3.2.2. 6100 sayılı Hukuk Muhakemeleri Kanunu’nun (HMK) 125. maddesi ise “Davanın açılmasından sonra, davalı taraf, dava konusunu üçüncü bir kişiye devrederse, davacı aşağıdaki yetkilerden birini kullanabilir: a) İsterse, devreden tarafla olan davasından vazgeçerek, dava konusunu devralmış olan kişiye karşı davaya devam eder. Bu takdirde dava davacı lehine sonuçlanırsa, dava konusunu devreden ve devralan yargılama giderlerinden müteselsilen sorumlu olur. b) İsterse, davasını devreden taraf hakkında tazminat davasına dönüştürür. (2) Davanın açılmasından sonra, dava konusu davacı tarafından devredilecek olursa, devralmış olan kişi, görülmekte olan davada davacı yerine geçer ve dava kaldığı yerden itibaren devam eder. Bu takdirde dava davacı aleyhine sonuçlanırsa, dava konusunu devreden ve devralan yargılama giderlerinden müteselsilen sorumlu olur.” hükmünü düzenlemektedir.
3.3. Değerlendirme
3.3.1. Dosya içeriğine, toplanan delillere, hükmün dayandığı yasal ve hukuksal gerekçeye, delillerin takdirinde bir isabetsizlik bulunmamasına ve yazılı şekilde karar verilmesinde kural olarak bir isabetsizlik yoktur. Davalının aşağıdaki bent kapsamı dışında kalan temyiz itirazlarının reddine.

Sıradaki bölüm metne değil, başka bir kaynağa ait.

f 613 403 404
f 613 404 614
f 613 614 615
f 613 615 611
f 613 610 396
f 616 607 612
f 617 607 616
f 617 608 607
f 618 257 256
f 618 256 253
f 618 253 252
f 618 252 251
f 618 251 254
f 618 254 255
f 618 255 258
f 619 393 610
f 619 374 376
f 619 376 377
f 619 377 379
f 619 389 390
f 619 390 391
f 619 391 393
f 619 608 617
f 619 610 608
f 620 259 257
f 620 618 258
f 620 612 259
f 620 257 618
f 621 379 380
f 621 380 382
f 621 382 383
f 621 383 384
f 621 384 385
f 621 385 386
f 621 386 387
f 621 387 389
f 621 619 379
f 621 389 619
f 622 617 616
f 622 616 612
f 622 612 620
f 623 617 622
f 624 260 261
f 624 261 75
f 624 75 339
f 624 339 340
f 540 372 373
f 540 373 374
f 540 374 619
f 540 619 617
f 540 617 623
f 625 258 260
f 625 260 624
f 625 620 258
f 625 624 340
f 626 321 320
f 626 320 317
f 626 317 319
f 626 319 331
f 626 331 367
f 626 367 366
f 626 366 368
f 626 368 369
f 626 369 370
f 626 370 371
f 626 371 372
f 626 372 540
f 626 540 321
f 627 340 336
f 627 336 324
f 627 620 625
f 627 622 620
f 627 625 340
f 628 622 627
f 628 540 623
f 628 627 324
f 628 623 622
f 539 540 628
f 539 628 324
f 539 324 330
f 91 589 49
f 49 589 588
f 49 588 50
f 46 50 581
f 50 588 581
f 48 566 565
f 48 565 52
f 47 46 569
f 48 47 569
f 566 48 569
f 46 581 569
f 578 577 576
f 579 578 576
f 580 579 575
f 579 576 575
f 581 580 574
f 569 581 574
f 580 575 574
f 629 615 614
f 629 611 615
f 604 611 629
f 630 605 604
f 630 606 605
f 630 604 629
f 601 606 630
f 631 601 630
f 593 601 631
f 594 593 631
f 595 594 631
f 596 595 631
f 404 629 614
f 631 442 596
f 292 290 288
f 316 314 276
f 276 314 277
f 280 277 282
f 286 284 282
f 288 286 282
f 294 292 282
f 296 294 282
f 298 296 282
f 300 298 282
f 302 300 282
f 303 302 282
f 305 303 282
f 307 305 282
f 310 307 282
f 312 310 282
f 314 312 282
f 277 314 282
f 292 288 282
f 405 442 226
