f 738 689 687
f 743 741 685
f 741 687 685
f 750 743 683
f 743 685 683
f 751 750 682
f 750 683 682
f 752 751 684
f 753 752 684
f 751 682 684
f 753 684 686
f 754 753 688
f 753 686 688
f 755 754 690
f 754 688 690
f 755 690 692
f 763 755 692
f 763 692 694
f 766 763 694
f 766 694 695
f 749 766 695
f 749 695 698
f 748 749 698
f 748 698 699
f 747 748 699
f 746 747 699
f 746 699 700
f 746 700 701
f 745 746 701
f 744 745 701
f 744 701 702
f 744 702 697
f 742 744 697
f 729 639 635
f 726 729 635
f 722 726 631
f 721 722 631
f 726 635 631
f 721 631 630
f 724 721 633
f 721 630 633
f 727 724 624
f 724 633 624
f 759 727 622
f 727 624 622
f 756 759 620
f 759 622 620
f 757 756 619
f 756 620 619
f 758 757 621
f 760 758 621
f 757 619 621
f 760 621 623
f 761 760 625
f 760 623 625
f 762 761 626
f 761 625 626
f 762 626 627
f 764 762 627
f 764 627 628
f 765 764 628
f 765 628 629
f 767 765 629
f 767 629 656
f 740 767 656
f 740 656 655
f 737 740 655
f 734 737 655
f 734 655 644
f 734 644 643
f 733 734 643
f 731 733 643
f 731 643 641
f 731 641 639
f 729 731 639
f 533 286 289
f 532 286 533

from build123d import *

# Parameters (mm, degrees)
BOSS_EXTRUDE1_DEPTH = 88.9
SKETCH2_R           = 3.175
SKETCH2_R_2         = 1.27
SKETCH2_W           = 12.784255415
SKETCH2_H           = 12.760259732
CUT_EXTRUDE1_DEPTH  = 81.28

3.3.2. Somut olayda, 30/04/2019 tarihli şüyulandırma işlemi ile dava konusu 3959 parsel sayılı taşınmazın 1.448,35 m2 alana sahip 11615 ada 2 parsel ile 22,74 m2 alana sahip 7139 ada 3 parsel sayılı taşınmazlara ayrıldığı ve taşınmazların davalı adına tescil edildiği, bu taşınmazlardan 3 parsel sayılı olanın davalı tarafından 20/05/2019 tarihinde dava dışı … …’ya, …’in de taşınmazı 03/12/2019 tarihinde dava dışı … adlı şirkete satış suretiyle temlik ettiği, eldeki davanın 16/10/2017 tarihinde açıldığı gözetildiğinde, yargılama aşamasında el değiştiren dava konusu 3 parsel sayılı taşınmaz yönünden HMK’nın 125. maddesi gereğince davacıya seçimlik hakkı sorulmadan sonuca gidilmesi doğru değildir.
VI. SONUÇ
Davalı vekilinin değinilen yön itibariyle yerinde bulunan temyiz itirazlarının kabulü ile 6100 sayılı Hukuk Muhakemeleri Kanunu’nun 373/1. maddesi uyarınca Bursa Bölge Adliye Mahkemesi 1. Hukuk Dairesi kararının ORTADAN KALDIRILMASINA, İlk Derece Mahkemesi kararının yukarıda yazılı nedenlerden dolayı 6100 sayılı HMK’nın 371/1-a maddesi uyarınca BOZULMASINA, dosyanın kararı veren Bursa 6. Asliye Hukuk Mahkemesine gönderilmesine, kararın bir örneğinin Bursa Bölge Adliye Mahkemesi 1. Hukuk Dairesine gönderilmesine, alınan peşin harcın temyiz edene geri verilmesine, 01/03/2022 tarihinde kesin olmak üzere oybirliğiyle karar verildi.